The pictures on that page show's Smurfy' mom & dad (scroll down and you'll see "Bambi" aka "Murphy" - that's our Smurfy!); if you click on any of the pictures it takes you to their page, with info about that particular dog, mom or dad, or puppy. We chose this breeder (and drove 20 hours to pick Smurfy up and bring him home!) because of the extensive testing they do. He is exactly how he tested - playful, inquisitive, calm, and a perfect complement for our more excitable Spoo, L.E. Belle (pronounced "Ellie-Belle"). We weren't looking for a show dog, or breeder, so it didn't bother us that Smurfy was more suitable for a pet. He's perfect for us! As to size, Smurfy was the smallest of all the boys, and it looks like he was tied (almost) with the smaller girls. He sure has grown fast, though!
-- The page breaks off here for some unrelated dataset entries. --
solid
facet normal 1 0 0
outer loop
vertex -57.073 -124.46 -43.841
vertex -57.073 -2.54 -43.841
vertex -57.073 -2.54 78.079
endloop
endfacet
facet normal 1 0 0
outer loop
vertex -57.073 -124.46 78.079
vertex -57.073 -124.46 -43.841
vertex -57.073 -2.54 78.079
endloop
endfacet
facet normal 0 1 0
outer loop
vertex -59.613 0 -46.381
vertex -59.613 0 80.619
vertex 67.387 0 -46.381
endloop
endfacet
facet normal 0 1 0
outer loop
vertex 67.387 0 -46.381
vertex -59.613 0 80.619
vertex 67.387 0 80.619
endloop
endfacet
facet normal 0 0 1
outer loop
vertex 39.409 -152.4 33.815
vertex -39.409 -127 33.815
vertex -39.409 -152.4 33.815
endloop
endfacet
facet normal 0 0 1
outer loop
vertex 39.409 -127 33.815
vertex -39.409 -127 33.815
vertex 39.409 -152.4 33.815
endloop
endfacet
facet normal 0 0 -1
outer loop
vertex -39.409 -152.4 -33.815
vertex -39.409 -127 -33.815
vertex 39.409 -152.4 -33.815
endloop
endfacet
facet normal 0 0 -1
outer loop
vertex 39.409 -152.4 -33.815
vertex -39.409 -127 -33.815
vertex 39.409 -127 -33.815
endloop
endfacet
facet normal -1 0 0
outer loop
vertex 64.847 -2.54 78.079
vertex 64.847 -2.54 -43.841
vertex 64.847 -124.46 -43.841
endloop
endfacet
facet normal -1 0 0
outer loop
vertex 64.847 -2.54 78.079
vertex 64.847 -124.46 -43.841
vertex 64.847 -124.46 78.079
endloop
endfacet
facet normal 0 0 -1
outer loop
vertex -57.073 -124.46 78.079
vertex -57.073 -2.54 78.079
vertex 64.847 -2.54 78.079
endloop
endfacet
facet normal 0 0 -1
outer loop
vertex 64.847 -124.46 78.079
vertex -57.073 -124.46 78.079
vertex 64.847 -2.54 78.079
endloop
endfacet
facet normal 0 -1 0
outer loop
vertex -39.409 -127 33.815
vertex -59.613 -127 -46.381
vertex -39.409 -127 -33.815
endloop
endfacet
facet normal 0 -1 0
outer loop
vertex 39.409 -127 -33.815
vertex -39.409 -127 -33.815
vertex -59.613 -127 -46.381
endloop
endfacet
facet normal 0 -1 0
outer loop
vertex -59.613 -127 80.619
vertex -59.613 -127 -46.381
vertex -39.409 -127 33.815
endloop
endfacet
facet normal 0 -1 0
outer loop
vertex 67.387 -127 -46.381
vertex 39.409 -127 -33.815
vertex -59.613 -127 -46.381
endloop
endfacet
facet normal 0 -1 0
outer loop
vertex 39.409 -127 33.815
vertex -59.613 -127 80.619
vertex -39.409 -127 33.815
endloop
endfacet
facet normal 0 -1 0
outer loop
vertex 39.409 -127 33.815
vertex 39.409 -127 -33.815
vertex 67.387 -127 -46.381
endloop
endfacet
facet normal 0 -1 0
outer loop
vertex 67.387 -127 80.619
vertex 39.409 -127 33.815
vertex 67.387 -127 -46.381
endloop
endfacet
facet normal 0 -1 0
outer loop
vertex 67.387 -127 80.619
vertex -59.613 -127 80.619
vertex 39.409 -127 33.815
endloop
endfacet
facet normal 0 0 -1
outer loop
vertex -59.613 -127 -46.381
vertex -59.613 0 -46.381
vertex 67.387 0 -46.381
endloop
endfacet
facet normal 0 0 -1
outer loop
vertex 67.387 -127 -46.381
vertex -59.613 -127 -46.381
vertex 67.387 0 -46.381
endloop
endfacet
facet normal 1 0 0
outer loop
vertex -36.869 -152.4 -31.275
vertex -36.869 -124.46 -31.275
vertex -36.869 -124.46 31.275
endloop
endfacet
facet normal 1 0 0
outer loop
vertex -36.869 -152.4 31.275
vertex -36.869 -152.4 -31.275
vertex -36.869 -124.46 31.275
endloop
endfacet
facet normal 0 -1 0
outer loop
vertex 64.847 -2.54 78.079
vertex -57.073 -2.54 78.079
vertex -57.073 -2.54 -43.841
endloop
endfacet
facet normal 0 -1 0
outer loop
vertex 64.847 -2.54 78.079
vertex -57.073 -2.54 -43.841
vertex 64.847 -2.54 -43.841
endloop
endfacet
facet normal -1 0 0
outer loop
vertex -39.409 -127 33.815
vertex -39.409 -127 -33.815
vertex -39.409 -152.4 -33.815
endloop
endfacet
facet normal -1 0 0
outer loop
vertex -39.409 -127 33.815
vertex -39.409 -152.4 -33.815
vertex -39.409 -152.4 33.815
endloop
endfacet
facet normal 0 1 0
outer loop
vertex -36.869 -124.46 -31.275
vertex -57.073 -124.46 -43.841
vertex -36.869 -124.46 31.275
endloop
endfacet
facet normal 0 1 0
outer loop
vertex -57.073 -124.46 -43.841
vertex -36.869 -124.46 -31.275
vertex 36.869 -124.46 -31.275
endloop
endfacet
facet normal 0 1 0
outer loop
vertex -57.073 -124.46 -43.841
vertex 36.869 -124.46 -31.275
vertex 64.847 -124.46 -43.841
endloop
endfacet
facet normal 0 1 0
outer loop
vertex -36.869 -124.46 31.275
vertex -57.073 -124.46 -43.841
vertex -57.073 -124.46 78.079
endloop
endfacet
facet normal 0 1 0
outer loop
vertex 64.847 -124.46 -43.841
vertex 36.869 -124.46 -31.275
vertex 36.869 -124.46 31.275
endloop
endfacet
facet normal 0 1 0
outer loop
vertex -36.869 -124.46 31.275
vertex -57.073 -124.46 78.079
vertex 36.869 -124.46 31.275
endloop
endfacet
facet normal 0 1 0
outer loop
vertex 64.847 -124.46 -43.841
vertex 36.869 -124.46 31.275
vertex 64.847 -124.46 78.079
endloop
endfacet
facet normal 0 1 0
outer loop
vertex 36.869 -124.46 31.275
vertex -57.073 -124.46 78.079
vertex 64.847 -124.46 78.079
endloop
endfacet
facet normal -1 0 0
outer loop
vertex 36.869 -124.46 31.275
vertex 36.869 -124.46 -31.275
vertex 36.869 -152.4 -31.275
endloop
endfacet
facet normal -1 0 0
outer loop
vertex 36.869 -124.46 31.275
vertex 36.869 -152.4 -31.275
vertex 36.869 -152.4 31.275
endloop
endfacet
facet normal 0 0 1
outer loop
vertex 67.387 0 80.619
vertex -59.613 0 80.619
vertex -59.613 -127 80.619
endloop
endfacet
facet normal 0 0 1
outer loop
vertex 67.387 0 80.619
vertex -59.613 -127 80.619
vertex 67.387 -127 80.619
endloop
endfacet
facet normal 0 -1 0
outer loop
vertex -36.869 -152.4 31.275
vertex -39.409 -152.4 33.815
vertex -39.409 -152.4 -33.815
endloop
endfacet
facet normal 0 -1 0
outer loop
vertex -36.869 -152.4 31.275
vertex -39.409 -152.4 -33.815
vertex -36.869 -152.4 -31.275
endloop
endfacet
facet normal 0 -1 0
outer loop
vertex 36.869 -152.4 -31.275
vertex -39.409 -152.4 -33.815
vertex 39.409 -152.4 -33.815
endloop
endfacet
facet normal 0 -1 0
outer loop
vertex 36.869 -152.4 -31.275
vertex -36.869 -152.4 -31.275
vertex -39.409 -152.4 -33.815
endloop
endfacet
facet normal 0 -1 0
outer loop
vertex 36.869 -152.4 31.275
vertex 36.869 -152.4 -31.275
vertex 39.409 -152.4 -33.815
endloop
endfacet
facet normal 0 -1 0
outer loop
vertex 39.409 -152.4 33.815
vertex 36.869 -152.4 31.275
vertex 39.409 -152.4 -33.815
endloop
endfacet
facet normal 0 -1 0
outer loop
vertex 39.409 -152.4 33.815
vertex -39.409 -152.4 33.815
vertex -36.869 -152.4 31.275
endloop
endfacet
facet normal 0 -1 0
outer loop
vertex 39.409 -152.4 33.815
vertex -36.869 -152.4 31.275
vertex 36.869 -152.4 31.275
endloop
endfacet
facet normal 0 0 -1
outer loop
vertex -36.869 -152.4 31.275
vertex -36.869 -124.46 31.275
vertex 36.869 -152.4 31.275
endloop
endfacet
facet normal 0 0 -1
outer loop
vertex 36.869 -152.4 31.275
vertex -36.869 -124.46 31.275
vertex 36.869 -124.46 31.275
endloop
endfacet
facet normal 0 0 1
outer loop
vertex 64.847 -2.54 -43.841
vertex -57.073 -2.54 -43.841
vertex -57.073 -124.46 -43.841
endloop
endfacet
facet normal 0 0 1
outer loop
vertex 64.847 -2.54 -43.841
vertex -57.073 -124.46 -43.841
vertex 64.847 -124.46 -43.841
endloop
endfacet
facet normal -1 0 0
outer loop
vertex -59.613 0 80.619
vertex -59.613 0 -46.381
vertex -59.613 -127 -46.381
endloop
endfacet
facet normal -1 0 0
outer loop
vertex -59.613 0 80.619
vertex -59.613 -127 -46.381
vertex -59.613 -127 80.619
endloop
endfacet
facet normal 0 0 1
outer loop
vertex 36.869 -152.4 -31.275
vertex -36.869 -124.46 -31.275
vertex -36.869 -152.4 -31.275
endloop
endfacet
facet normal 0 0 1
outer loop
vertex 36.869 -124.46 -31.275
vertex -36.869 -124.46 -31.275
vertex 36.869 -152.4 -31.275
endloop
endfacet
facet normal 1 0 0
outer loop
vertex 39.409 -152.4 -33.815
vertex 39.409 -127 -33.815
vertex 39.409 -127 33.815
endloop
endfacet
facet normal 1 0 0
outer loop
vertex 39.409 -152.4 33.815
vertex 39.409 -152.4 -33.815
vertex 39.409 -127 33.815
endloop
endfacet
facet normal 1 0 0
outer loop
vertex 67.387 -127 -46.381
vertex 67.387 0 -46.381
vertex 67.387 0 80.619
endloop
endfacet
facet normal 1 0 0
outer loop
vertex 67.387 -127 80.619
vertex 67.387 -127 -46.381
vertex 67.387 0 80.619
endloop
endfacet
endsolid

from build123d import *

# Parameters (mm, degrees)
F0_W     = 127
F0_H     = 127
F1_DEPTH = 127
F2_W     = 78.8183361292
F2_H     = 67.629866302
F3_DEPTH = 25.4
F4_T     = -2.54


with BuildPart() as f1:
    # F0 (on Front) → F1 (new body)
    with BuildSketch(Plane.XZ):
        with Locations((3.8867425174, 17.1191294668)):
            Rectangle(F0_W, F0_H)
    extrude(amount=F1_DEPTH)

    # F2 (on face) → F3 (join)
    with BuildSketch(Plane.XZ.offset(127)):
        Rectangle(F2_W, F2_H)
    extrude(amount=F3_DEPTH)

    # F4
    f4_openings = [f1.faces().sort_by_distance(p)[0] for p in [
        (0, -152.4, 0),
    ]]
    offset(amount=F4_T, openings=f4_openings, kind=Kind.INTERSECTION)


solid = f1.part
We think he may actually beat his dad's 27 inches, since he's getting close to that now, and we've been told to expect another growing spurt or two. 

Smurfy's color is funny - he is much darker than he looks...? His fur bleaches in the sunshine and he has beautiful blonde highlights! Specially on his topknot. When he gets trimmed his whole body is about 3 shades darker than his head! We like the furry face, but it's getting out of control, so we're going to trim him up this afternoon. I'll get some pictures up then (If I figure out how!)


----------



## *heather* (Jul 30, 2009)

Awe he's very cute in the breeder pics... can't wait to see yours with a freshly shaved face!! 
Good luck with that! :clover:


----------



## *heather* (Jul 30, 2009)

*Yorkie Visit*

Rogan had a little visit today from a Yorkie friend that is very dear to my heart!  They were very funny together! Rogan just wanted to play and the Yorkie was quite annoyed with him! But it was cute to watch!


----------



## Debbyd (Aug 20, 2009)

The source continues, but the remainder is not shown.